The whole thing–from eyes to hands, wordlessly throughout–appeals to my aesthetic sensibility, affording me the chance to look, look for, and then look at. So rarely would I look for or at otherwise, preferring instead to think. But when a wild flower, seemingly alive, reveals sweet transience, ah well then am I truly happy.
Before the window, in the evening light: hanging vines, cut, twisting, leaning, torquing, a yellow flower already having fallen off: how beautiful is our dinner now.
Amazement.–Look with me at the man on the canvas, the one with two faces, two men or the same facing different directions. A sailor, a hardened man, a handkerchief lightly about the neck. He has no ears yet but he is equipped, beautifully so, with a firm carnivore’s jaw.
Awe the moment we stopped, feet scuffing earth no more, to stand and hear the birds and their desert song. How was it that song? Quietly merry. Was it so? It was. And did you catch their names, any of them? We weren’t then about that.
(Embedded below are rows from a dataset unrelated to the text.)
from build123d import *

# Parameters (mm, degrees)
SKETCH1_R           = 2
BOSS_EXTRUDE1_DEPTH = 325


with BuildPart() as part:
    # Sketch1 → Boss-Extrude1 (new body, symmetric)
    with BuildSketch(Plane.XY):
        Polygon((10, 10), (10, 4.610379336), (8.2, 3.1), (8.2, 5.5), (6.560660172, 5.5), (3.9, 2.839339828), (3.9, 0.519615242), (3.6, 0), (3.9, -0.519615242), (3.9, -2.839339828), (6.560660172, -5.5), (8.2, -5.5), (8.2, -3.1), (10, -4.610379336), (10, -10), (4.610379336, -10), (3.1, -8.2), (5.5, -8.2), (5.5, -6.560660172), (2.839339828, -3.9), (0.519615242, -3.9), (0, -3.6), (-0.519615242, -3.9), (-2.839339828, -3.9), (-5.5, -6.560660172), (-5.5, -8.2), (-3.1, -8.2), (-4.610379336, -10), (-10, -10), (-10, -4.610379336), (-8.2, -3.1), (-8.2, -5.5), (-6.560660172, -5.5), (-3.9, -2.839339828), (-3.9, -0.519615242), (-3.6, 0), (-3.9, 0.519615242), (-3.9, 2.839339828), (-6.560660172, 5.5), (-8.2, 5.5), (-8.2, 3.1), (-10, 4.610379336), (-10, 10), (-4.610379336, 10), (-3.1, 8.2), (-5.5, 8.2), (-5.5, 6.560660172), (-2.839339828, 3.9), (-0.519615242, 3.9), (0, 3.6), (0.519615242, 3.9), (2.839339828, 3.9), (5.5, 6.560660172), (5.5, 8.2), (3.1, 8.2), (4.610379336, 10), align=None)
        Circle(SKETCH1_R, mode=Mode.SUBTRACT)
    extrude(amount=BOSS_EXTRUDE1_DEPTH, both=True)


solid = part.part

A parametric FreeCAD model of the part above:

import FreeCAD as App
import Part
import Sketcher
from FreeCAD import Vector
Q = App.Units.Quantity

doc = App.newDocument("Part")
body = doc.addObject("PartDesign::Body", "Body")

# Sketch on XY plane
sketch1 = body.newObject("Sketcher::SketchObject", "Sketch")
sketch1.AttachmentSupport = (doc.getObject("XY_Plane"), [""])
sketch1.MapMode = "FlatFace"
sketch1.addGeometry([
    Part.LineSegment(Vector(10, 4.610379, 0), Vector(10, 10, 0)),  # 0
    Part.LineSegment(Vector(10, 10, 0), Vector(4.610379, 10, 0)),  # 1
    Part.LineSegment(Vector(4.610379, 10, 0), Vector(3.1, 8.2, 0)),  # 2
    Part.LineSegment(Vector(3.1, 8.2, 0), Vector(5.5, 8.2, 0)),  # 3
    Part.LineSegment(Vector(5.5, 8.2, 0), Vector(5.5, 6.56066, 0)),  # 4
    Part.LineSegment(Vector(5.5, 6.56066, 0), Vector(2.83934, 3.9, 0)),  # 5
    Part.LineSegment(Vector(2.83934, 3.9, 0), Vector(0.519615, 3.9, 0)),  # 6
    Part.LineSegment(Vector(0.519615, 3.9, 0), Vector(0, 3.6, 0)),  # 7
    Part.LineSegment(Vector(0, 3.6, 0), Vector(-0.519615, 3.9, 0)),  # 8
    Part.LineSegment(Vector(-0.519615, 3.9, 0), Vector(-2.83934, 3.9, 0)),  # 9
    Part.LineSegment(Vector(-2.83934, 3.9, 0), Vector(-5.5, 6.56066, 0)),  # 10
    Part.LineSegment(Vector(-5.5, 6.56066, 0), Vector(-5.5, 8.2, 0)),  # 11
    Part.LineSegment(Vector(-5.5, 8.2, 0), Vector(-3.1, 8.2, 0)),  # 12
    Part.LineSegment(Vector(-3.1, 8.2, 0), Vector(-4.610379, 10, 0)),  # 13
    Part.LineSegment(Vector(-4.610379, 10, 0), Vector(-10, 10, 0)),  # 14
    Part.LineSegment(Vector(-10, 10, 0), Vector(-10, 4.610379, 0)),  # 15
    Part.LineSegment(Vector(-10, 4.610379, 0), Vector(-8.2, 3.1, 0)),  # 16
    Part.LineSegment(Vector(-8.2, 3.1, 0), Vector(-8.2, 5.5, 0)),  # 17
    Part.LineSegment(Vector(-8.2, 5.5, 0), Vector(-6.56066, 5.5, 0)),  # 18
    Part.LineSegment(Vector(-6.56066, 5.5, 0), Vector(-3.9, 2.83934, 0)),  # 19
    Part.LineSegment(Vector(-3.9, 2.83934, 0), Vector(-3.9, 0.519615, 0)),  # 20
    Part.LineSegment(Vector(-3.9, 0.519615, 0), Vector(-3.6, 0, 0)),  # 21
    Part.LineSegment(Vector(-3.6, 0, 0), Vector(-3.9, -0.519615, 0)),  # 22
    Part.LineSegment(Vector(-3.9, -0.519615, 0), Vector(-3.9, -2.83934, 0)),  # 23
    Part.LineSegment(Vector(-3.9, -2.83934, 0), Vector(-6.56066, -5.5, 0)),  # 24
    Part.LineSegment(Vector(-6.56066, -5.5, 0), Vector(-8.2, -5.5, 0)),  # 25
    Part.LineSegment(Vector(-8.2, -5.5, 0), Vector(-8.2, -3.1, 0)),  # 26
    Part.LineSegment(Vector(-8.2, -3.1, 0), Vector(-10, -4.610379, 0)),  # 27
    Part.LineSegment(Vector(-10, -4.610379, 0), Vector(-10, -10, 0)),  # 28
    Part.LineSegment(Vector(-10, -10, 0), Vector(-4.610379, -10, 0)),  # 29
    Part.LineSegment(Vector(-4.610379, -10, 0), Vector(-3.1, -8.2, 0)),  # 30
    Part.LineSegment(Vector(-3.1, -8.2, 0), Vector(-5.5, -8.2, 0)),  # 31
On a cold day, I clipped lavender and set these wickered branches into a glass jar which I then filled with rocks to steady them. At what angles, after some days, do the lavender flowers bend. Some upright and gazing, some turning to hang elliptically, others like swans dipping their heads underwater in search of deep fish.
Well, my friend, and now the snow is gone, some days now, and the Pink Dawn tree has finally folded to winter, crumpling up its leaves, not being so wistful as to poke up fresh buds. Thank God. Look farther out toward the distant mountains. Still snow-covered. Recall the sand beneath runner’s feet feeling like snow and the earthen bowl cradled, as always, by the concave bowl glorious and finite.
Imagine the world as if it were created out of rock and fire, out of sky, from water, each thing and all things cast and pressed and hurled into place. Do. It is an artist’s thought.